To check the current state of execution of this hook you can use self.trainer.training/testing/validating/predicting
so that you can add different logic as per your requirement.
class MNISTDataModule(LightningDataModule):
    def on_before_batch_transfer(self, batch, dataloader_idx):
        batch["x"] = transforms(batch["x"])
        return batch
Note
This hook only runs on single GPU training and DDP (no data-parallel).
on_after_batch_transfer¶
Override to alter or apply augmentations to your batch after it is transferred to the device.
To check the current state of execution of this hook you can use self.trainer.training/testing/validating/predicting
so that you can add different logic as per your requirement.
class MNISTDataModule(LightningDataModule):
    def on_after_batch_transfer(self, batch, dataloader_idx):
        batch["x"] = gpu_transforms(batch["x"])
        return batch
Note
This hook only runs on single GPU training and DDP (no data-parallel). This hook
will also be called when using CPU device, so adding augmentations here or in
on_before_batch_transfer means the same thing.
Note
To decouple your data from transforms you can parametrize them via __init__.

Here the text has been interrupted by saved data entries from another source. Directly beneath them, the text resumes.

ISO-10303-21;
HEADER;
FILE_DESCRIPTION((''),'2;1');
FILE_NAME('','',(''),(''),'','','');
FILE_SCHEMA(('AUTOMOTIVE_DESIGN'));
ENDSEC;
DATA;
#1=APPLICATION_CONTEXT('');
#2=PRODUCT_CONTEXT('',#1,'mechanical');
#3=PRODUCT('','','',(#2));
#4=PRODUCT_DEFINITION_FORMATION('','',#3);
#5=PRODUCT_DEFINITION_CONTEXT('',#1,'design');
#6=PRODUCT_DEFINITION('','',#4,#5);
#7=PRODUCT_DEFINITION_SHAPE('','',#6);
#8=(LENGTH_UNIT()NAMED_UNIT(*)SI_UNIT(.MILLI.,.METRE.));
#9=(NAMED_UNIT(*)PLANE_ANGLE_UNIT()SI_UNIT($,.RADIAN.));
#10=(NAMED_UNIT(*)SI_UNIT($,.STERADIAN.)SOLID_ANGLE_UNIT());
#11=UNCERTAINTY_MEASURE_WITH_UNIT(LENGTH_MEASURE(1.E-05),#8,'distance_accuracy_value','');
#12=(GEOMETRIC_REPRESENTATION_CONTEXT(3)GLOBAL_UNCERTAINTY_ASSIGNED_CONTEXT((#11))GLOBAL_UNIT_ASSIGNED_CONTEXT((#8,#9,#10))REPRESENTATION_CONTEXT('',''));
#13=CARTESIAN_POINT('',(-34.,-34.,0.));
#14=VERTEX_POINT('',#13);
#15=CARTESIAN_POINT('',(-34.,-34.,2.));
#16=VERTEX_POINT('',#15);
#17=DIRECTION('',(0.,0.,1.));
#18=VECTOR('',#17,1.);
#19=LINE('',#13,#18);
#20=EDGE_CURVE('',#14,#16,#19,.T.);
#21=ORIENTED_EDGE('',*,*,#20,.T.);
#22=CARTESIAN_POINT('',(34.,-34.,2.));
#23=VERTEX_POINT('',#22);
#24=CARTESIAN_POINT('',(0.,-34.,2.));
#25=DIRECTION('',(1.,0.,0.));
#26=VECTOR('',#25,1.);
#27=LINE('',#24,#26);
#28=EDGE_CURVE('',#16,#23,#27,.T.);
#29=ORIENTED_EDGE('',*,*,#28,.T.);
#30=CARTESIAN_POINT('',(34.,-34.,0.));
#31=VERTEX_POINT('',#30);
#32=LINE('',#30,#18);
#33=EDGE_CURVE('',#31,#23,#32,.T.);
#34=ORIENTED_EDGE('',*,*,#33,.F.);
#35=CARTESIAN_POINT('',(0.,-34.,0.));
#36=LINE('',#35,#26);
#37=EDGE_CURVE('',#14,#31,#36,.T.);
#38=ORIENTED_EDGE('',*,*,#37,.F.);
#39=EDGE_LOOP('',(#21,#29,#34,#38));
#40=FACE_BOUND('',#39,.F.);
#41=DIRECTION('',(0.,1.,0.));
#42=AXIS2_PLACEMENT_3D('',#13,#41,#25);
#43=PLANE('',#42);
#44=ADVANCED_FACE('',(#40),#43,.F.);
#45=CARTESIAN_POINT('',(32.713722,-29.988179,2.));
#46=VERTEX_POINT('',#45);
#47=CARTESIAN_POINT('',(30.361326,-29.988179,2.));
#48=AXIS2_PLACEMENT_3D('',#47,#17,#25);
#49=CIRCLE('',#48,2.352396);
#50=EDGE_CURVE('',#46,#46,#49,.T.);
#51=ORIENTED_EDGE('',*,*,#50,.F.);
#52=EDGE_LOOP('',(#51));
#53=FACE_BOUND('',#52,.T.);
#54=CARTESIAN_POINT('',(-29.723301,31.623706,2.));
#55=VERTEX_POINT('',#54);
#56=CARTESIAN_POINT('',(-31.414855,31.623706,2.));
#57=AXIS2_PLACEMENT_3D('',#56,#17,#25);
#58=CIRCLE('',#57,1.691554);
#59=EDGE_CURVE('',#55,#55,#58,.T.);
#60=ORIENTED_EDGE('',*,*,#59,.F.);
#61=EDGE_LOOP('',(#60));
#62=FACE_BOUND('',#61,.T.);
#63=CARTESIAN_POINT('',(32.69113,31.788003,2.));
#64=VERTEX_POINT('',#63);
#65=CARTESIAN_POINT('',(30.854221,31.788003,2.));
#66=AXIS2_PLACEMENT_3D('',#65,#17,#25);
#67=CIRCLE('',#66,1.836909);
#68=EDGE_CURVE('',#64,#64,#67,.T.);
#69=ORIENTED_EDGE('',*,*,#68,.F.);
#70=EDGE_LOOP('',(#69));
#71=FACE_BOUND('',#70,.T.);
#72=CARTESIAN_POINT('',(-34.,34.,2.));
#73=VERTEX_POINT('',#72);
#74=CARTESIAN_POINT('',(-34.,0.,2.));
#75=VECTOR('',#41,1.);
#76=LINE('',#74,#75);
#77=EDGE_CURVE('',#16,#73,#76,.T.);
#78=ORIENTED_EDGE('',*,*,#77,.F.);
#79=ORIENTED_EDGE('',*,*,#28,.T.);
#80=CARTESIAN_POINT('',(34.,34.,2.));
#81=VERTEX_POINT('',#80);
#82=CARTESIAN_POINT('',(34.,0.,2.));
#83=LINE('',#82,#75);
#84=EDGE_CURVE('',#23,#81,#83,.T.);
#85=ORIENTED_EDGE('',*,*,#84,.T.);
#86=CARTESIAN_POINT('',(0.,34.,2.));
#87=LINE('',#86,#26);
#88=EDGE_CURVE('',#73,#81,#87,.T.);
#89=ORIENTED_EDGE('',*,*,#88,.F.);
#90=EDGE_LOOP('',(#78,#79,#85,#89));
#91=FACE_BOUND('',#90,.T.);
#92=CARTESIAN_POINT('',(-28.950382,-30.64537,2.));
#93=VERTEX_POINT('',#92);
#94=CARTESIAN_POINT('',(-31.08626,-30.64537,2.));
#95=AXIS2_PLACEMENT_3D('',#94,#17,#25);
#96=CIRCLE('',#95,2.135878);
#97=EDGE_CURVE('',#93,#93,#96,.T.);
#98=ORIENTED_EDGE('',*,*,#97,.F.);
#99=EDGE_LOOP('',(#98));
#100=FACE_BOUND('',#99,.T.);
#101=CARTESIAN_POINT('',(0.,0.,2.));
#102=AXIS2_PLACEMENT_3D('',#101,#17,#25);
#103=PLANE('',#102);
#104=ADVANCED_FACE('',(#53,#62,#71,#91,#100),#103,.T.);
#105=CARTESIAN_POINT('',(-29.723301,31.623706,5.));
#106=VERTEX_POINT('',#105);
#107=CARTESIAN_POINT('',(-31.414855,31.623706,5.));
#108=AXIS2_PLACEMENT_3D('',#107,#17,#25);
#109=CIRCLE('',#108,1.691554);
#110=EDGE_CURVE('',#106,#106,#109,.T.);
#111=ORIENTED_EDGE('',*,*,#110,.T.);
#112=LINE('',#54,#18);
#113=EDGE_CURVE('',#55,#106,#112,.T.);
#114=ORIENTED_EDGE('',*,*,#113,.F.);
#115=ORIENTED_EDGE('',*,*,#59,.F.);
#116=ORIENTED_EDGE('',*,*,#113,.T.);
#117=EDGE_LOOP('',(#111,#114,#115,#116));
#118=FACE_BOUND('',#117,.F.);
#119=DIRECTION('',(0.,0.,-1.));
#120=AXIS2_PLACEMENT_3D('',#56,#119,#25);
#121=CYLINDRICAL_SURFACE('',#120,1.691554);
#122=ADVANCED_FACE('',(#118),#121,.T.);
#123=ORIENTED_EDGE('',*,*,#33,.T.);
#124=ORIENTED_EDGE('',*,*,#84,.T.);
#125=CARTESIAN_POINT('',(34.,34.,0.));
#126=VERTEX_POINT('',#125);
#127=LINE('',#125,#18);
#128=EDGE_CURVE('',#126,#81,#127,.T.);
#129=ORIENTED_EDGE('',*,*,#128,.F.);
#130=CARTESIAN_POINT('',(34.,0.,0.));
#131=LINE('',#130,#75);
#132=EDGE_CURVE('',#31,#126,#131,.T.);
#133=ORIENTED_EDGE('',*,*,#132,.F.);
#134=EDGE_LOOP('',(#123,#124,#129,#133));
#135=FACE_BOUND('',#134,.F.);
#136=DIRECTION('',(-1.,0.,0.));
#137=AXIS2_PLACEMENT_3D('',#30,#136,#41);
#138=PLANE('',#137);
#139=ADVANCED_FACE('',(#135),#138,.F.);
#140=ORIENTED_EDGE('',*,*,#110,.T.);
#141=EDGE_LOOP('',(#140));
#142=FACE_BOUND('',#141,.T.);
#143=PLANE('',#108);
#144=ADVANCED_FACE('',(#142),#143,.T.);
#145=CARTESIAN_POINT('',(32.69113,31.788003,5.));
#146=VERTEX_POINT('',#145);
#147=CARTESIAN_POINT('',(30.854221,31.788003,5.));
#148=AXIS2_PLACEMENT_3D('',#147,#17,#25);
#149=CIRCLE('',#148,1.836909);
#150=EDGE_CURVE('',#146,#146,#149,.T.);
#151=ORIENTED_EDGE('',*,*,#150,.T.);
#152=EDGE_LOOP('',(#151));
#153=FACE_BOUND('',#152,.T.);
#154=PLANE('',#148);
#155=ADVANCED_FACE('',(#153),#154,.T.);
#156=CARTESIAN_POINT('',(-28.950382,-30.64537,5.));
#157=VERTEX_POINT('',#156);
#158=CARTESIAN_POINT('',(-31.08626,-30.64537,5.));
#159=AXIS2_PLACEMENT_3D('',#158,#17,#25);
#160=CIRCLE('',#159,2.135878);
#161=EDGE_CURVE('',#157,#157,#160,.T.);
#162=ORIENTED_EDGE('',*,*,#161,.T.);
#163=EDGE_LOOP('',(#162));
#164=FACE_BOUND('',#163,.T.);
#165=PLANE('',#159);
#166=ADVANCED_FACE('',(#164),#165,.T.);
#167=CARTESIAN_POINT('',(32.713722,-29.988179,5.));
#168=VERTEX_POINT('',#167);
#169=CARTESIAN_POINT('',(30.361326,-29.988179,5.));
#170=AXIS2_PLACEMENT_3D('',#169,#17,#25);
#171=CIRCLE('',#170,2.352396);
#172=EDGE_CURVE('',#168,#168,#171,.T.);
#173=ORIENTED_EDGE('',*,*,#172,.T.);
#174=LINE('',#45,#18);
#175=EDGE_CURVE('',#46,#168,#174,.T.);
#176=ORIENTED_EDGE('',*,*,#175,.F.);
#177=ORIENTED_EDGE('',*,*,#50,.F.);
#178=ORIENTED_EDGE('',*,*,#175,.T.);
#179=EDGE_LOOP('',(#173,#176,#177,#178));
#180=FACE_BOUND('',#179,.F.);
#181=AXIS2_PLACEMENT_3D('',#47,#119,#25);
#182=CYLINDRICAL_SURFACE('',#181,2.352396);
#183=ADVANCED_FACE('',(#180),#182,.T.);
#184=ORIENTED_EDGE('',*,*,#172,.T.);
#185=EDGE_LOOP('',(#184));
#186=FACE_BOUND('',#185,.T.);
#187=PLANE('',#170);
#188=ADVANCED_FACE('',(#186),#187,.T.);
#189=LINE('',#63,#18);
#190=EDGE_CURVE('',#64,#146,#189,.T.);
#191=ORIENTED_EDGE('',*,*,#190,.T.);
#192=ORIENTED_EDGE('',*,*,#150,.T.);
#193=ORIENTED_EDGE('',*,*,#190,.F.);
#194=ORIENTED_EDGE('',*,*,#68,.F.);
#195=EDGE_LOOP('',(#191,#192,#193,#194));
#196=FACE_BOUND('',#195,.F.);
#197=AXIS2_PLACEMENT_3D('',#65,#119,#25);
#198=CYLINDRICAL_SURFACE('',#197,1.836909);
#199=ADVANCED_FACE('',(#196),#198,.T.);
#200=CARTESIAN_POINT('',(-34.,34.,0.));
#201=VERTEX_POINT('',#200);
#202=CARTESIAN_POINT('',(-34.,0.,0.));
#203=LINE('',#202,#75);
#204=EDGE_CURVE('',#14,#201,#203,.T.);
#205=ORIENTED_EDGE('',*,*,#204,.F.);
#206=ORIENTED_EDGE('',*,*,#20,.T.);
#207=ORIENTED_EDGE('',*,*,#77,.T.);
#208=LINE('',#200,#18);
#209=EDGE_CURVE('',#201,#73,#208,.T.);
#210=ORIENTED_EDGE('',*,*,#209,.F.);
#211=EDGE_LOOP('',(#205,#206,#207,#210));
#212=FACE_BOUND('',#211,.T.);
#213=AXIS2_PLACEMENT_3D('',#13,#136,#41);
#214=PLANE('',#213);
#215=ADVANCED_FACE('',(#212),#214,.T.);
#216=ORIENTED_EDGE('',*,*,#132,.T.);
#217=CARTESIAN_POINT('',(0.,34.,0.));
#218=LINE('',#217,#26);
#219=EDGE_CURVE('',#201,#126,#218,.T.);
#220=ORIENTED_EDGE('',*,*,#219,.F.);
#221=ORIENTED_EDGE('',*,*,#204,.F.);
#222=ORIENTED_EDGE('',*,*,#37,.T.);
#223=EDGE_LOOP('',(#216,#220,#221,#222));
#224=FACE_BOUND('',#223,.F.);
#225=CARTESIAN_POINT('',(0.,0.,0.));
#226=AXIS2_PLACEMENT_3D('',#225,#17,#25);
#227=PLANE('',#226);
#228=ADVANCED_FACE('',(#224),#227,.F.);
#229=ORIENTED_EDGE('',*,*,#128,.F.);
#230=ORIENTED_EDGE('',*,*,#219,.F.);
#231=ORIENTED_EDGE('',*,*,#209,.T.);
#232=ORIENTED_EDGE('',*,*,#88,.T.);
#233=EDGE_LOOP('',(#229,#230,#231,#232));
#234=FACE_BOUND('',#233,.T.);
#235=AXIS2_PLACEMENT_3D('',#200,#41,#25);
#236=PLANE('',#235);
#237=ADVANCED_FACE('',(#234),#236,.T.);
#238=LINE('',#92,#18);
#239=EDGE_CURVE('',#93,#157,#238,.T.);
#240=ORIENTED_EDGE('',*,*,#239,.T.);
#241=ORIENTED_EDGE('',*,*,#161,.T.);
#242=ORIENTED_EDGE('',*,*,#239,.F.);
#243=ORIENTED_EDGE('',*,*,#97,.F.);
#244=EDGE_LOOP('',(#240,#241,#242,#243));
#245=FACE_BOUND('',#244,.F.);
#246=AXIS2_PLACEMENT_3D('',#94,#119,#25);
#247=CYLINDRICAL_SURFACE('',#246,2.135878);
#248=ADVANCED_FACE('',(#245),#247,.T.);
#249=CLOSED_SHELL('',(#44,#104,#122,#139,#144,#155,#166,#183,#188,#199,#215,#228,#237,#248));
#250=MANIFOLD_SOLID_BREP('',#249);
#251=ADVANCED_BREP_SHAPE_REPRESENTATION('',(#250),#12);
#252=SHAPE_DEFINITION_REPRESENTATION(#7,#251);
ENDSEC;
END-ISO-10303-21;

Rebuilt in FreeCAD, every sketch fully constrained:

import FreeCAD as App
import Part
import Sketcher
from FreeCAD import Vector
Q = App.Units.Quantity


def add_polygon(sketch, points):
    """Adds a closed chain of lines whose ends are joined by coincident constraints."""
    first, n = sketch.GeometryCount, len(points)
    for a, b in zip(points, points[1:] + points[:1]):
        sketch.addGeometry(Part.LineSegment(App.Vector(*a, 0), App.Vector(*b, 0)), False)
    for i in range(n):
        sketch.addConstraint(Sketcher.Constraint("Coincident", first + i, 2, first + (i + 1) % n, 1))

doc = App.newDocument("Part")
params = doc.addObject("Spreadsheet::Sheet", "Params")
for row, (alias, value) in enumerate([
    ("sketch1_width", "68 mm"),
    ("pad1_length", "2 mm"),
    ("pad2_length", "3 mm"),
], start=1):
    params.set(f"A{row}", alias)
    params.set(f"B{row}", "=" + value)
    params.setAlias(f"B{row}", alias)

body = doc.addObject("PartDesign::Body", "Body")

# Sketch on XY plane
sketch1 = body.newObject("Sketcher::SketchObject", "Sketch")
sketch1.AttachmentSupport = (doc.getObject("XY_Plane"), [""])
sketch1.MapMode = "FlatFace"
add_polygon(sketch1, [(-34, 34), (-34, -34), (34, -34), (34, 34)])  # lines 0-3
sketch1.addConstraint([
    Sketcher.Constraint("Vertical", 0),
    Sketcher.Constraint("Horizontal", 1),
    Sketcher.Constraint("Vertical", 2),
    Sketcher.Constraint("Horizontal", 3),
    Sketcher.Constraint("Symmetric", 0, 2, 2, 2, -1, 1),
    Sketcher.Constraint("Equal", 3, 0),
    Sketcher.Constraint("DistanceX", 1, 1, 1, 2, Q("68 mm")),
])
sketch1.setExpression("Constraints[10]", "Params.sketch1_width")
pad1 = body.newObject("PartDesign::Pad", "Pad")
pad1.Profile = sketch1
pad1.setExpression("Length", "Params.pad1_length")

# Sketch on XY plane
sketch2 = body.newObject("Sketcher::SketchObject", "Sketch001")
sketch2.AttachmentSupport = (doc.getObject("XY_Plane"), [""])
sketch2.MapMode = "FlatFace"
sketch2.AttachmentOffset = App.Placement(Vector(0, 0, 2), App.Rotation())
sketch2.addGeometry([
    Part.Circle(Vector(-31.4, 31.6, 0), Vector(0, 0, 1), 1.7),
    Part.Circle(Vector(30.9, 31.8, 0), Vector(0, 0, 1), 1.8),
    Part.Circle(Vector(30.4, -30, 0), Vector(0, 0, 1), 2.4),
    Part.Circle(Vector(-31.1, -30.6, 0), Vector(0, 0, 1), 2.1),
], False)
sketch2.addConstraint([
    Sketcher.Constraint("Diameter", 0, Q("3.383108 mm")),
    Sketcher.Constraint("Diameter", 1, Q("3.673818 mm")),
    Sketcher.Constraint("Diameter", 2, Q("4.704792 mm")),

class MNISTDataModule(pl.LightningDataModule):
    def __init__(self, train_transforms, val_transforms, test_transforms):
        super().__init__()
        self.train_transforms = train_transforms
        self.val_transforms = val_transforms
        self.test_transforms = test_transforms
Using a DataModule¶
The recommended way to use a DataModule is simply:
dm = MNISTDataModule()
model = Model()
trainer.fit(model, dm)
trainer.test(datamodule=dm)
If you need information from the dataset to build your model, then run
prepare_data() and
setup() manually (Lightning ensures
the method runs on the correct devices).
dm = MNISTDataModule()
dm.prepare_data()
dm.setup(stage="fit")
model = Model(num_classes=dm.num_classes, width=dm.width, vocab=dm.vocab)
trainer.fit(model, dm)
dm.setup(stage="test")
trainer.test(datamodule=dm)
DataModules without Lightning¶
You can of course use DataModules in plain PyTorch code as well.
# download, etc...
dm = MNISTDataModule()
dm.prepare_data()
# splits/transforms
dm.setup(stage="fit")
# use data
for batch in dm.train_dataloader():
    ...
for batch in dm.val_dataloader():
    ...
dm.teardown(stage="fit")
# lazy load test data
dm.setup(stage="test")
for batch in dm.test_dataloader():
    ...
dm.teardown(stage="test")
But overall, DataModules encourage reproducibility by allowing all details of a dataset to be specified in a unified structure.